*TASK DESCRIPTION*
In the data below, one line contains "v 1.967 33.7 7" and a later one contains "v 5.359 30.045 0.8". Print both, with every line between them, exactly and alone.
DATA SHOWN START
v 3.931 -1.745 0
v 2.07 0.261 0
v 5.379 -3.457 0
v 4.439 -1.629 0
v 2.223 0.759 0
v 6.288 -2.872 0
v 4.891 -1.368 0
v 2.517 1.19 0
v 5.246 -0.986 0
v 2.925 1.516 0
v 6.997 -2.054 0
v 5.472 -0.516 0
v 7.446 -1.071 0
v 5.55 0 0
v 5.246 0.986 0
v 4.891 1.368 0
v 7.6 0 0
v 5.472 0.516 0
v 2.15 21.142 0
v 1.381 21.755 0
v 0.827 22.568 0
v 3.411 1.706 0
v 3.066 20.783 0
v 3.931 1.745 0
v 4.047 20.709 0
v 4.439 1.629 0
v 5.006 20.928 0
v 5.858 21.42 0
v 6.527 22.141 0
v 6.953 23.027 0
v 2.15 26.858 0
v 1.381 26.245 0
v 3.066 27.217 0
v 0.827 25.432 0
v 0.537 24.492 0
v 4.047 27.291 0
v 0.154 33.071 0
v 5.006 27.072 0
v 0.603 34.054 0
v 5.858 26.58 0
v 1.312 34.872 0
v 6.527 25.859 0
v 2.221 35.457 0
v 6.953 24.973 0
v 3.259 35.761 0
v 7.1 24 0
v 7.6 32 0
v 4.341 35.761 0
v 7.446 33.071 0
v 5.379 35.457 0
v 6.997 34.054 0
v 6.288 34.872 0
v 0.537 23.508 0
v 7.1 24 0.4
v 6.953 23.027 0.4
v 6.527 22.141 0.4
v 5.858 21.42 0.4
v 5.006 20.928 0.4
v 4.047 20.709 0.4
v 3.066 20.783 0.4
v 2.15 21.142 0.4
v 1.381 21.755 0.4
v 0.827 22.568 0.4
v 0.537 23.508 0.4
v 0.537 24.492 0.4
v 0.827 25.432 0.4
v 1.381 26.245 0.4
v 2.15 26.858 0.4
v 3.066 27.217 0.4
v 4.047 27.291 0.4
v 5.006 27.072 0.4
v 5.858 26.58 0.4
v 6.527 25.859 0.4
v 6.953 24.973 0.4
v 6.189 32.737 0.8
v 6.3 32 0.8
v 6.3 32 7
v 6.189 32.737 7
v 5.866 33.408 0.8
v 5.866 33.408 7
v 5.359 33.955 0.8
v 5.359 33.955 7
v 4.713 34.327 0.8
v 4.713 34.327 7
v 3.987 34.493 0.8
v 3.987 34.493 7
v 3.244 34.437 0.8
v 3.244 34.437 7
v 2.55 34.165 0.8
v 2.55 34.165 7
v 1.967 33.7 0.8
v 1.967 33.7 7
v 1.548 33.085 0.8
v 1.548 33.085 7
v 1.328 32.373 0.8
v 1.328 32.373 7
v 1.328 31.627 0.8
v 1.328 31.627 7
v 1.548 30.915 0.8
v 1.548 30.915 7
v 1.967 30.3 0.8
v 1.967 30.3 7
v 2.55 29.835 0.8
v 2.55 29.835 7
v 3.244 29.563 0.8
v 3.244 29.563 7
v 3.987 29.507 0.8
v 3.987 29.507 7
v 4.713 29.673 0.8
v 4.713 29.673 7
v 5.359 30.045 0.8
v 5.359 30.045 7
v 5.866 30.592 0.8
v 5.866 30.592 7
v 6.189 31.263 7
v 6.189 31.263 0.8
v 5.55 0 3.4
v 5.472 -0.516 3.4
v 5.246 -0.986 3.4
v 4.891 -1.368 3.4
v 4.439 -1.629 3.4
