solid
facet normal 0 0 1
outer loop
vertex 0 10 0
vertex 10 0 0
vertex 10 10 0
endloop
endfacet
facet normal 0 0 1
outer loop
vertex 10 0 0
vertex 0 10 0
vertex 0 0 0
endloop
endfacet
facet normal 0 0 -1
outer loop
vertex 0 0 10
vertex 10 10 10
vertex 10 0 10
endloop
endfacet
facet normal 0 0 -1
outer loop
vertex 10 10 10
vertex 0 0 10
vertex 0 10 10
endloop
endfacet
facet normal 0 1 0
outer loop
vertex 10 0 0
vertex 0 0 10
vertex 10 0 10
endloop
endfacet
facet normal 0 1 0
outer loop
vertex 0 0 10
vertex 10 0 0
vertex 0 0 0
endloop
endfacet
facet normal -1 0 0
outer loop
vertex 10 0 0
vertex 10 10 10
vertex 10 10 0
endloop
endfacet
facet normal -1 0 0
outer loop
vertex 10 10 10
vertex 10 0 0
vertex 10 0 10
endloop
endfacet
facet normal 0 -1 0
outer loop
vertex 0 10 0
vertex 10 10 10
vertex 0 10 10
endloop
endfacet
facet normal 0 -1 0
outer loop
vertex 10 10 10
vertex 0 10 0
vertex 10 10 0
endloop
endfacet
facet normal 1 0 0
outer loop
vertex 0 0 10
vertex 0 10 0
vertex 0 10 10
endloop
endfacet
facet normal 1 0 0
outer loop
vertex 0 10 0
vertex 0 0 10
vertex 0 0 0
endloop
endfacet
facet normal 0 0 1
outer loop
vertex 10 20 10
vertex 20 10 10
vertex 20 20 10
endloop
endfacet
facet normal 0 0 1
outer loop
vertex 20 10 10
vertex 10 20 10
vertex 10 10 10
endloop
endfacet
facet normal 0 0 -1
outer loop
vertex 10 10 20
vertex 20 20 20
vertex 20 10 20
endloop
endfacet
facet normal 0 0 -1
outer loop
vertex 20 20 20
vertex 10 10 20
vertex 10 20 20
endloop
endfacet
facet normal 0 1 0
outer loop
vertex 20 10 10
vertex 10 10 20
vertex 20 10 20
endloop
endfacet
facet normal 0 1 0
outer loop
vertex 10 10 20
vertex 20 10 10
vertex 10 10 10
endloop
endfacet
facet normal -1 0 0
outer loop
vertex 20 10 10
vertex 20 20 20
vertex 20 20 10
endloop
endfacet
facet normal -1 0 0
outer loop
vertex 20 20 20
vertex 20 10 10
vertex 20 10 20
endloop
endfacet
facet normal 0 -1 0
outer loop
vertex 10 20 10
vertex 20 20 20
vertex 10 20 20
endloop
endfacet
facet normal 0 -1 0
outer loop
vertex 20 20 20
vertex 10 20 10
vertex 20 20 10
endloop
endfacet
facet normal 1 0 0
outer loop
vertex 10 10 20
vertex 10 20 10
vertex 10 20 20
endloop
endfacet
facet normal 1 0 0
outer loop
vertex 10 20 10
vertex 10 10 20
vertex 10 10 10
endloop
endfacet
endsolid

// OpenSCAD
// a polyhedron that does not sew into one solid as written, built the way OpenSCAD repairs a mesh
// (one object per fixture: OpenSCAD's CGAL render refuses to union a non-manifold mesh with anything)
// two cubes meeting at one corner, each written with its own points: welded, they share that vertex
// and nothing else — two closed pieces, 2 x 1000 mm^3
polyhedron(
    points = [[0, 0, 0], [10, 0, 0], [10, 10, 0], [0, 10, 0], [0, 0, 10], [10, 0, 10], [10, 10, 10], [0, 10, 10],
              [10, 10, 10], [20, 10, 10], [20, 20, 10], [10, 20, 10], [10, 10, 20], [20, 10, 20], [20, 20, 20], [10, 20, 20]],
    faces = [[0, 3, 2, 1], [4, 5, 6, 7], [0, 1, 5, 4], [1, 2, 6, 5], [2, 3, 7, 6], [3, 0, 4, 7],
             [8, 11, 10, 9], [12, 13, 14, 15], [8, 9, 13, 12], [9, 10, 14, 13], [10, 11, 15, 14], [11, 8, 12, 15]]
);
DATA SHOWN END
*WRITTEN ANSWER*
v 1.967 33.7 7
v 1.548 33.085 0.8
v 1.548 33.085 7
v 1.328 32.373 0.8
v 1.328 32.373 7
v 1.328 31.627 0.8
v 1.328 31.627 7
v 1.548 30.915 0.8
v 1.548 30.915 7
v 1.967 30.3 0.8
v 1.967 30.3 7
v 2.55 29.835 0.8
v 2.55 29.835 7
v 3.244 29.563 0.8
v 3.244 29.563 7
v 3.987 29.507 0.8
v 3.987 29.507 7
v 4.713 29.673 0.8
v 4.713 29.673 7
v 5.359 30.045 0.8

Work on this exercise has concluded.